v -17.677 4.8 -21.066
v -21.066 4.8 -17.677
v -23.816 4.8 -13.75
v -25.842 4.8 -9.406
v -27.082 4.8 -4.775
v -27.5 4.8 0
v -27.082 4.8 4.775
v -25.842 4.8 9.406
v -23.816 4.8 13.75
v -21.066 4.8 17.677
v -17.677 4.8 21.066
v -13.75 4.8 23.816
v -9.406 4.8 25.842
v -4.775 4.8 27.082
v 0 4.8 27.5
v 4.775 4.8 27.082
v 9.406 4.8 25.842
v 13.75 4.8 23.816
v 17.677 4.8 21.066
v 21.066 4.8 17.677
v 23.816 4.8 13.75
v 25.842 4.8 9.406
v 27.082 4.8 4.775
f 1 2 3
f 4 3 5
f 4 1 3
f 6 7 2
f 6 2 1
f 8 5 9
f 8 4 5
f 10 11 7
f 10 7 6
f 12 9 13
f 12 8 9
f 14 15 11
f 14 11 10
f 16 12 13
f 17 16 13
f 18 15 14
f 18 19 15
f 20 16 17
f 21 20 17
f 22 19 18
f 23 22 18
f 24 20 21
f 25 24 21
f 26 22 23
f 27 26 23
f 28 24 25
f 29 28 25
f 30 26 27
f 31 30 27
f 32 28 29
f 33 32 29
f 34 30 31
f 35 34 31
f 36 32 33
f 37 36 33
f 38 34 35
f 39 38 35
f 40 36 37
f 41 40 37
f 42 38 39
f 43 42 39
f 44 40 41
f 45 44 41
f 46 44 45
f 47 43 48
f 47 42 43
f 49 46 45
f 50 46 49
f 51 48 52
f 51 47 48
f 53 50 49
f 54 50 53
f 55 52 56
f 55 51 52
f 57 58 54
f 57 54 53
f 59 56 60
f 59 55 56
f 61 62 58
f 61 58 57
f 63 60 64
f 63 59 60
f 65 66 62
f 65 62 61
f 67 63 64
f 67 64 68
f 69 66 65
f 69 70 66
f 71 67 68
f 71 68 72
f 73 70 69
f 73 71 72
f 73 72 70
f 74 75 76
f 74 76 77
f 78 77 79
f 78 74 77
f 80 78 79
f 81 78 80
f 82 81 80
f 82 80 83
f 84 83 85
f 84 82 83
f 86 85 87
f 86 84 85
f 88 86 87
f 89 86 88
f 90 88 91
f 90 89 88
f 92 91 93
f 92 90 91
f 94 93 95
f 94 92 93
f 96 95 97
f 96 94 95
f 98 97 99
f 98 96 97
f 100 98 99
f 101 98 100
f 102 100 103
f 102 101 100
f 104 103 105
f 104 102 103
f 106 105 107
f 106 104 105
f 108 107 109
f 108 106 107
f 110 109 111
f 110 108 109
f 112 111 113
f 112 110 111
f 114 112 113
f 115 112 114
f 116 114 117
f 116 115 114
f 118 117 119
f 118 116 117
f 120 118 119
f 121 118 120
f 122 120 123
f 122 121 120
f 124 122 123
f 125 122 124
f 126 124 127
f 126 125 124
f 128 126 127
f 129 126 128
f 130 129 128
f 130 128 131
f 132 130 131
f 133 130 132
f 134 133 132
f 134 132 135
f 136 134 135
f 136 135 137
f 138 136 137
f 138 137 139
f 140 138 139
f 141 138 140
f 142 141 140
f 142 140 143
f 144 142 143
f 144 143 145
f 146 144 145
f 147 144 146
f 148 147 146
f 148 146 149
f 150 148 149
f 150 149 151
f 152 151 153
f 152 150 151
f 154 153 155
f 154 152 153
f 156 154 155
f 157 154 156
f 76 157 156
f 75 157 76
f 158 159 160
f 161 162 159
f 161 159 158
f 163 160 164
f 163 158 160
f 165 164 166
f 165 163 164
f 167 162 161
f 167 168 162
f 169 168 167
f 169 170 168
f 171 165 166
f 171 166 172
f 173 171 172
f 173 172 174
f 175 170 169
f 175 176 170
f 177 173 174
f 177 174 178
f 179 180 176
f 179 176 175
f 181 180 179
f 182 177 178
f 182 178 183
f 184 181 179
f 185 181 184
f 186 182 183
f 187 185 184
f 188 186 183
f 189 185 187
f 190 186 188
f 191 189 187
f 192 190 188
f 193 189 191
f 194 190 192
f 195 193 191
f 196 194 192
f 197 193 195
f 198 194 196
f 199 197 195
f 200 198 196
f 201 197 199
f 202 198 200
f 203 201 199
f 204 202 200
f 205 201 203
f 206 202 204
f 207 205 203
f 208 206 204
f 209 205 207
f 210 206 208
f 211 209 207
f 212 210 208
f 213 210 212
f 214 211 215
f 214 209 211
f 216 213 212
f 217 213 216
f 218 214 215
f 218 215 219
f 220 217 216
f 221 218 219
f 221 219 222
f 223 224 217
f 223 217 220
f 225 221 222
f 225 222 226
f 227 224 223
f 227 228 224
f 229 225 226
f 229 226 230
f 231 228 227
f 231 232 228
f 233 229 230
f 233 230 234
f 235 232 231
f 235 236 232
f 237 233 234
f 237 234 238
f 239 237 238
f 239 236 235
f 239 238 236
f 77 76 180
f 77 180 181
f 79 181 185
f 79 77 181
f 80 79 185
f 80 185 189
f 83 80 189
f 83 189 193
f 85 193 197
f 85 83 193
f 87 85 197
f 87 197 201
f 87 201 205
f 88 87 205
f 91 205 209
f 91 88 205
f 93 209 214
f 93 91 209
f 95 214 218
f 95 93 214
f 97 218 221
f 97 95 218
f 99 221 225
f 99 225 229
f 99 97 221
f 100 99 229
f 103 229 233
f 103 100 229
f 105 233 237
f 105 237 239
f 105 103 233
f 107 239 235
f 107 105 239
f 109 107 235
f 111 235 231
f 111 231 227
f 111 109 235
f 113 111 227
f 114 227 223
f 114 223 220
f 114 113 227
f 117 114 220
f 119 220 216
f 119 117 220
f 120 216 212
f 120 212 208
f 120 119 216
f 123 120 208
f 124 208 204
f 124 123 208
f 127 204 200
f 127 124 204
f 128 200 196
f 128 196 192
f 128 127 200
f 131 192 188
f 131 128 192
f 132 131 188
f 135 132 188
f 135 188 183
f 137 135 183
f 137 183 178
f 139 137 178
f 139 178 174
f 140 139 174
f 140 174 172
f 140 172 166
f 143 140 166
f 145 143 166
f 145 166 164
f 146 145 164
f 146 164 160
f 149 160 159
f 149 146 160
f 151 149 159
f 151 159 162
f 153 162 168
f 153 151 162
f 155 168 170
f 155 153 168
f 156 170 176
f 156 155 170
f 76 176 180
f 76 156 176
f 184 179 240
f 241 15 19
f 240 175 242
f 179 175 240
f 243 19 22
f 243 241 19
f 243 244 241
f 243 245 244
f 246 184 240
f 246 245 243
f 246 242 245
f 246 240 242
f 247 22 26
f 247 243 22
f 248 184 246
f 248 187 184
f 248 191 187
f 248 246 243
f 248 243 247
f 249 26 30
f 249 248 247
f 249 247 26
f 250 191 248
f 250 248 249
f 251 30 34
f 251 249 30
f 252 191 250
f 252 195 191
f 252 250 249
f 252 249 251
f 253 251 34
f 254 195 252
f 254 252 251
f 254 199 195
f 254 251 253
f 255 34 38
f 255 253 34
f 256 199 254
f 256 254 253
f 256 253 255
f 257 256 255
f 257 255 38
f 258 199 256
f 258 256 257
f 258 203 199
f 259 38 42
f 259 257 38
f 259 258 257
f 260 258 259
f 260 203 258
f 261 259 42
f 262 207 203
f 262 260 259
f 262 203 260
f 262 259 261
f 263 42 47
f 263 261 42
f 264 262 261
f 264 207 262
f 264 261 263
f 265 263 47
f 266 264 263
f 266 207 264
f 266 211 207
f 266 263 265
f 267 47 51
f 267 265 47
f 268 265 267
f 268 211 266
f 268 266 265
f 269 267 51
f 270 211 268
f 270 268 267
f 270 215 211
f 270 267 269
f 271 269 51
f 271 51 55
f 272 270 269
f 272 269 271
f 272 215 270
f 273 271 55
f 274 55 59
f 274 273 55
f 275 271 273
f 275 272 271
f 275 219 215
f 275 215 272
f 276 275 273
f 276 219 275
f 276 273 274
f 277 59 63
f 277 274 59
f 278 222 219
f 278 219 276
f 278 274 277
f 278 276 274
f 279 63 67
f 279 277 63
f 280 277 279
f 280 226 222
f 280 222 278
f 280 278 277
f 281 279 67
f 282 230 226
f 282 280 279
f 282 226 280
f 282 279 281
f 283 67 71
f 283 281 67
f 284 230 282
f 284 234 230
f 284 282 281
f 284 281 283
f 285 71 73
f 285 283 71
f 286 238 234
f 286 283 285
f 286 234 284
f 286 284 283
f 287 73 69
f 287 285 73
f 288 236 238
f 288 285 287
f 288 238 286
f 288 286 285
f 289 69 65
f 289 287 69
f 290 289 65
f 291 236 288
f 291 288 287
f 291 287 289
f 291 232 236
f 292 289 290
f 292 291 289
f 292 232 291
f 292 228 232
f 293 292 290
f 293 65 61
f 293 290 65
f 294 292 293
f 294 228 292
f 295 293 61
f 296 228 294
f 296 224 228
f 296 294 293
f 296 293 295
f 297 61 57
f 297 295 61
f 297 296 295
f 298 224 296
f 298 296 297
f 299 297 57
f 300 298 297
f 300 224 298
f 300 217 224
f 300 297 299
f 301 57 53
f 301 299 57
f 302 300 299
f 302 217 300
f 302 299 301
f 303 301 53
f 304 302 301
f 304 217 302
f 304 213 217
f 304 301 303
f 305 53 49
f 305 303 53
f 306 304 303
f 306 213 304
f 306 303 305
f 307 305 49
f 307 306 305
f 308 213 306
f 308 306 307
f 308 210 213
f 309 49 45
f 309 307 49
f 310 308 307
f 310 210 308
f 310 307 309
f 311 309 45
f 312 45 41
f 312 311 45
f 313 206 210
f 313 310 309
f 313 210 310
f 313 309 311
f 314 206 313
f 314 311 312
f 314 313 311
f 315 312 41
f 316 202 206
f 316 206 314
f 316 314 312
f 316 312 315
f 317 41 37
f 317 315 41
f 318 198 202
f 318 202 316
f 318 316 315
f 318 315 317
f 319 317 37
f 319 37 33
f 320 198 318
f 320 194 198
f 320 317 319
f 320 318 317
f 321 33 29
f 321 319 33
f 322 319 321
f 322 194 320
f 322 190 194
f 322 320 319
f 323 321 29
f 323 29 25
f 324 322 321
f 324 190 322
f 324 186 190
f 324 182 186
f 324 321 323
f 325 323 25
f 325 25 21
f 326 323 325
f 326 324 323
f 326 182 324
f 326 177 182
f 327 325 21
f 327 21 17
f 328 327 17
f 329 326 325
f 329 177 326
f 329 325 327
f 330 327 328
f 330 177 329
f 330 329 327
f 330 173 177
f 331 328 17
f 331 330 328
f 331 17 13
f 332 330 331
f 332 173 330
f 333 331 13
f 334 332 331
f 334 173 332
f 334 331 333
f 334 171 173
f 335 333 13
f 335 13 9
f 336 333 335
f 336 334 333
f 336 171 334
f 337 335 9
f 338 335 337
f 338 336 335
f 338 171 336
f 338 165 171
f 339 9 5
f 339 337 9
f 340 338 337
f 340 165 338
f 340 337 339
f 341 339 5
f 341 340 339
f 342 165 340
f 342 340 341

* * *

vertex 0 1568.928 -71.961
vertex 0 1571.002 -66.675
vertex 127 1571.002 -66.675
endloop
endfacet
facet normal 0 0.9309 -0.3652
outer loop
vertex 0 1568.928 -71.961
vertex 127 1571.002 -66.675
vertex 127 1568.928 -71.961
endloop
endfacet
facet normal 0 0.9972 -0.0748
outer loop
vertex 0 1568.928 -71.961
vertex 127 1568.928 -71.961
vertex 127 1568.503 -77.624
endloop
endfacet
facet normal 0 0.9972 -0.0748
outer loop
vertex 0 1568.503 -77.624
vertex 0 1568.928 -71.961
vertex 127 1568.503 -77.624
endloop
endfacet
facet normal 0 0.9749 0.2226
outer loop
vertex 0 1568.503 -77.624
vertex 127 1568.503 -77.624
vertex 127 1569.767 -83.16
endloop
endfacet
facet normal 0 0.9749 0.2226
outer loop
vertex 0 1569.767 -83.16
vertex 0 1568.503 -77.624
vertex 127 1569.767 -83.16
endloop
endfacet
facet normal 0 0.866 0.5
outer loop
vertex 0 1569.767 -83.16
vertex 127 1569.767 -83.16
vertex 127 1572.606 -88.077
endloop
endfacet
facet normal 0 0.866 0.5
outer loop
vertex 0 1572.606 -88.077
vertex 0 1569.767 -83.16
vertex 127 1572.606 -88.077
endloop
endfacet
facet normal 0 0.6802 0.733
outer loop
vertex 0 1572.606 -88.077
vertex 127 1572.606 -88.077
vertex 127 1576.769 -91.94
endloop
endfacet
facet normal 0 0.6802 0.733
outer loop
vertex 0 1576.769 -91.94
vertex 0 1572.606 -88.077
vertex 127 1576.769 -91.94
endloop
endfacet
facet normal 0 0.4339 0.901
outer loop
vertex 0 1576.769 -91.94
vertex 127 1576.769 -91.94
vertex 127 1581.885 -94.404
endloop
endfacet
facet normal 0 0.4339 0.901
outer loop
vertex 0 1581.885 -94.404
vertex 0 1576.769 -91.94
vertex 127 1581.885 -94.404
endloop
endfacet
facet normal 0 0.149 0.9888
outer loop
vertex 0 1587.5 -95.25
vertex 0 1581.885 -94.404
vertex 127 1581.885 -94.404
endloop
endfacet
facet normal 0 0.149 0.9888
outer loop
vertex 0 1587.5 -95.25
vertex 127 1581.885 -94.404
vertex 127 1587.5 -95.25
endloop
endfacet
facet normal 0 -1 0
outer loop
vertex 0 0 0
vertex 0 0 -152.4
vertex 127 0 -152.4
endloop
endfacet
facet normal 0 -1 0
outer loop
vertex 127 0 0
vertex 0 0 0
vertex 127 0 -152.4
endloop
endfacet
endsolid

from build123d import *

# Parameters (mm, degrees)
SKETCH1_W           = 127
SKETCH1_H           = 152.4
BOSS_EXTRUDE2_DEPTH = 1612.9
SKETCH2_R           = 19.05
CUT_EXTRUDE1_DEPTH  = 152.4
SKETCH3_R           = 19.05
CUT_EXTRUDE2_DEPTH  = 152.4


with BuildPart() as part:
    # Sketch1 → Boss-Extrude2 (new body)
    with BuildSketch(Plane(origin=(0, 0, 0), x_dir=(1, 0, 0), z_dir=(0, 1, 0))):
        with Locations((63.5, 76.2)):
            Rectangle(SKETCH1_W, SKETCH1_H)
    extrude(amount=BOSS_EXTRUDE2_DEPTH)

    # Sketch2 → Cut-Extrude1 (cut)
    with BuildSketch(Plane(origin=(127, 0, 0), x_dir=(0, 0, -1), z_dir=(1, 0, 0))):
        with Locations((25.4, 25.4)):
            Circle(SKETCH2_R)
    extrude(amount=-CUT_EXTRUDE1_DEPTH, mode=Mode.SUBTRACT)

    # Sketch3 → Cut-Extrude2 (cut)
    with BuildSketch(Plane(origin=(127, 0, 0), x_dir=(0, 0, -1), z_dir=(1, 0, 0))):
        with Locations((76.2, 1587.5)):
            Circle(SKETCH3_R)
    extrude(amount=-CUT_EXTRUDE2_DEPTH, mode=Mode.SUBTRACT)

--

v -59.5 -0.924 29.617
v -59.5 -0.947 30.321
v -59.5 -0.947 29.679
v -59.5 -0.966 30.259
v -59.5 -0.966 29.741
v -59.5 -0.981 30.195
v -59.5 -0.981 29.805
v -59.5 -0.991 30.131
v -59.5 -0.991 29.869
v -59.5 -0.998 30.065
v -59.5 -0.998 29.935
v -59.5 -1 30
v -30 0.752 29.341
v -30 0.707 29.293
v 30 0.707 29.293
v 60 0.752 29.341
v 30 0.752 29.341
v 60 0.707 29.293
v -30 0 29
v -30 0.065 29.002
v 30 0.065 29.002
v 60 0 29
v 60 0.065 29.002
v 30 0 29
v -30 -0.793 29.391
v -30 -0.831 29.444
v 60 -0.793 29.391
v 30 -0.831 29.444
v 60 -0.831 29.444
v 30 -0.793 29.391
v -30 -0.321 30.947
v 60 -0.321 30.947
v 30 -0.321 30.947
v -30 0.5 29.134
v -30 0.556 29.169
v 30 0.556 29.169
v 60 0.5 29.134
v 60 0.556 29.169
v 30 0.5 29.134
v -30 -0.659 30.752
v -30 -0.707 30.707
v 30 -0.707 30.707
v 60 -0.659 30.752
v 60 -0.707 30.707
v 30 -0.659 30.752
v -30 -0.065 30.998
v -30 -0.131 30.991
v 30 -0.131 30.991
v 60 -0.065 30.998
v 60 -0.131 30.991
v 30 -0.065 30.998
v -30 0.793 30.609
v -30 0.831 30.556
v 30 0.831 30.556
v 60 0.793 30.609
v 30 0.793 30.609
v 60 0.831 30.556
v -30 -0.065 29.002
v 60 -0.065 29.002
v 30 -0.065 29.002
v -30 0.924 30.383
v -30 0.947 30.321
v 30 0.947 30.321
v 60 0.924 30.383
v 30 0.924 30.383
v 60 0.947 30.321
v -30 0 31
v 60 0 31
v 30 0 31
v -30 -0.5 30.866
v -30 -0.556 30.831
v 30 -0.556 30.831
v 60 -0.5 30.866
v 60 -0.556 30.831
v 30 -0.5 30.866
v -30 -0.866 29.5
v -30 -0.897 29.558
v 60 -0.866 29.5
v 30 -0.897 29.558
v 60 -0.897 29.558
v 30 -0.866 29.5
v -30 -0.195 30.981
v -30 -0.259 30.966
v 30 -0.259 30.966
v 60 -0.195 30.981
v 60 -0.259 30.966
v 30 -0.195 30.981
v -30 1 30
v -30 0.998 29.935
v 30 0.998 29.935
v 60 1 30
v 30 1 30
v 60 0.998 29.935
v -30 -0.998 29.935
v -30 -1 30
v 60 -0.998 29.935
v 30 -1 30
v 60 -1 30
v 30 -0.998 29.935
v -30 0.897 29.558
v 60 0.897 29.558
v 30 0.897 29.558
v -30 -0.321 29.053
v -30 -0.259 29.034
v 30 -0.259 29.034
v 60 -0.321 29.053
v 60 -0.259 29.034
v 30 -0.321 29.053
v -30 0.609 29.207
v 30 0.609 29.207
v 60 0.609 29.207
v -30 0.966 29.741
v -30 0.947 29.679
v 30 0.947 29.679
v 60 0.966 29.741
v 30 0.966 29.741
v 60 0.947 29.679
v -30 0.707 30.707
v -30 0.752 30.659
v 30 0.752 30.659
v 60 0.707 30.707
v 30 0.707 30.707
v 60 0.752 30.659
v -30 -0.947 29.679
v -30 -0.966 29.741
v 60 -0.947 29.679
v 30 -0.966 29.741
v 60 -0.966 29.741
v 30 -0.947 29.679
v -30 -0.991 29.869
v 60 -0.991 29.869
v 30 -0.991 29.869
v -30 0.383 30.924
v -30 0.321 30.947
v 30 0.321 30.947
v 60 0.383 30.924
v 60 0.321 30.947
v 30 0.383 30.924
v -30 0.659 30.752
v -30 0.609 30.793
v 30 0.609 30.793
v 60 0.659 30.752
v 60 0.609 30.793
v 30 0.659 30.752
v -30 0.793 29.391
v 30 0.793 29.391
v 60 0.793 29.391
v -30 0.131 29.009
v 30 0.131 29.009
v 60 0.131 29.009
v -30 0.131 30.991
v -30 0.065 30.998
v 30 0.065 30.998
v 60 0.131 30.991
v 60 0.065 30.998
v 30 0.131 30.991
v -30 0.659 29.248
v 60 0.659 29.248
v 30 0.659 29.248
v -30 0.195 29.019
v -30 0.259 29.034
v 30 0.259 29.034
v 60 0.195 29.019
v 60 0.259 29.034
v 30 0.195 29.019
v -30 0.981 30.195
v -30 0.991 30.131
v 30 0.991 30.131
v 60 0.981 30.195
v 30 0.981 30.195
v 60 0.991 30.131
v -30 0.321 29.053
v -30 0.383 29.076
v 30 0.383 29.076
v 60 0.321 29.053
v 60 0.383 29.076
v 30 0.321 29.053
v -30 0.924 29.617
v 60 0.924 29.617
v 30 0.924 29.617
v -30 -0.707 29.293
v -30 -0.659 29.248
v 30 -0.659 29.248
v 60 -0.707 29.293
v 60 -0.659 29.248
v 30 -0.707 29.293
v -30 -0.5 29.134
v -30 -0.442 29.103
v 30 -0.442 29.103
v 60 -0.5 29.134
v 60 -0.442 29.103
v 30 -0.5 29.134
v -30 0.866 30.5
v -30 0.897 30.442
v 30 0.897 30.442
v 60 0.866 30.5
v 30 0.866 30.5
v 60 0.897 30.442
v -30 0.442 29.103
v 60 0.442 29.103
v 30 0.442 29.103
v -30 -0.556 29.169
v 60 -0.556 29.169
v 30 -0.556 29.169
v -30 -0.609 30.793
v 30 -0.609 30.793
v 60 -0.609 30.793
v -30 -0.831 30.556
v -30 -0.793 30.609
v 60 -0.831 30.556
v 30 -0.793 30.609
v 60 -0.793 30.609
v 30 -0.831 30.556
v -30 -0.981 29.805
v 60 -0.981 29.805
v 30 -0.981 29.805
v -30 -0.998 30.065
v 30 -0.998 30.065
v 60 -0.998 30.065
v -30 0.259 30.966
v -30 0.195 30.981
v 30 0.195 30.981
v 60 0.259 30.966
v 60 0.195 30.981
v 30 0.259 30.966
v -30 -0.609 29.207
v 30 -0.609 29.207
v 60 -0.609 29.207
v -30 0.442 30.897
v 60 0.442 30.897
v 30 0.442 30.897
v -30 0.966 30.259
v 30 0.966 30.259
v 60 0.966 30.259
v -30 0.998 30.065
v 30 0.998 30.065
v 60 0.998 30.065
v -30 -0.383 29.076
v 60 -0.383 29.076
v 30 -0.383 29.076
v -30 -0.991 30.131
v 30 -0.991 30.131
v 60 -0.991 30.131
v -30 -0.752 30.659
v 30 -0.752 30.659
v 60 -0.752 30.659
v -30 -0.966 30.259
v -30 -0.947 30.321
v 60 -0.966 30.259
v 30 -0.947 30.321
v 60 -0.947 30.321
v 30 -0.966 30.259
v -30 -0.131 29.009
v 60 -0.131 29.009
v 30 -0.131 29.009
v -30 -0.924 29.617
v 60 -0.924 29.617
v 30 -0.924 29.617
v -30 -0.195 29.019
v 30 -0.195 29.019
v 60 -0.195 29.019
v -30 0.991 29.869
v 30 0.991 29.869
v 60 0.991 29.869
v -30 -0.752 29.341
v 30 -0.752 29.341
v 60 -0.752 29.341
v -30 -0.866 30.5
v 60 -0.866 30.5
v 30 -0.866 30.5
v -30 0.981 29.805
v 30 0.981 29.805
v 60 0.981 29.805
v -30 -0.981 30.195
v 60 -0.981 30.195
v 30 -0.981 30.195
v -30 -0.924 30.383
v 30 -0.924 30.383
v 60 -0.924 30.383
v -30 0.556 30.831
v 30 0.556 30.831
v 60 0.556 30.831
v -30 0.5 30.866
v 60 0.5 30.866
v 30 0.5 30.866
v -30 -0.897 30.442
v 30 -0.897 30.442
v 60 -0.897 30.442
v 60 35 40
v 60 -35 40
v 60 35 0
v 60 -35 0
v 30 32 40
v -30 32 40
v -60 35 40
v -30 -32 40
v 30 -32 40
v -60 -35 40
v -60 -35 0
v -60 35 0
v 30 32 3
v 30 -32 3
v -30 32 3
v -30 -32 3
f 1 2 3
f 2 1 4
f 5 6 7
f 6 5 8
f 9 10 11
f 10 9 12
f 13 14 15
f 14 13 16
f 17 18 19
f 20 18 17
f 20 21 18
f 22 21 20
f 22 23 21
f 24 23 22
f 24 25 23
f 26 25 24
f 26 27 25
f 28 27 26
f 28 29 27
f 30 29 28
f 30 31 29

The task: For every line in the material above that holds the string "Locations", add one to a count; state only the final count.

Response to the exercise: 3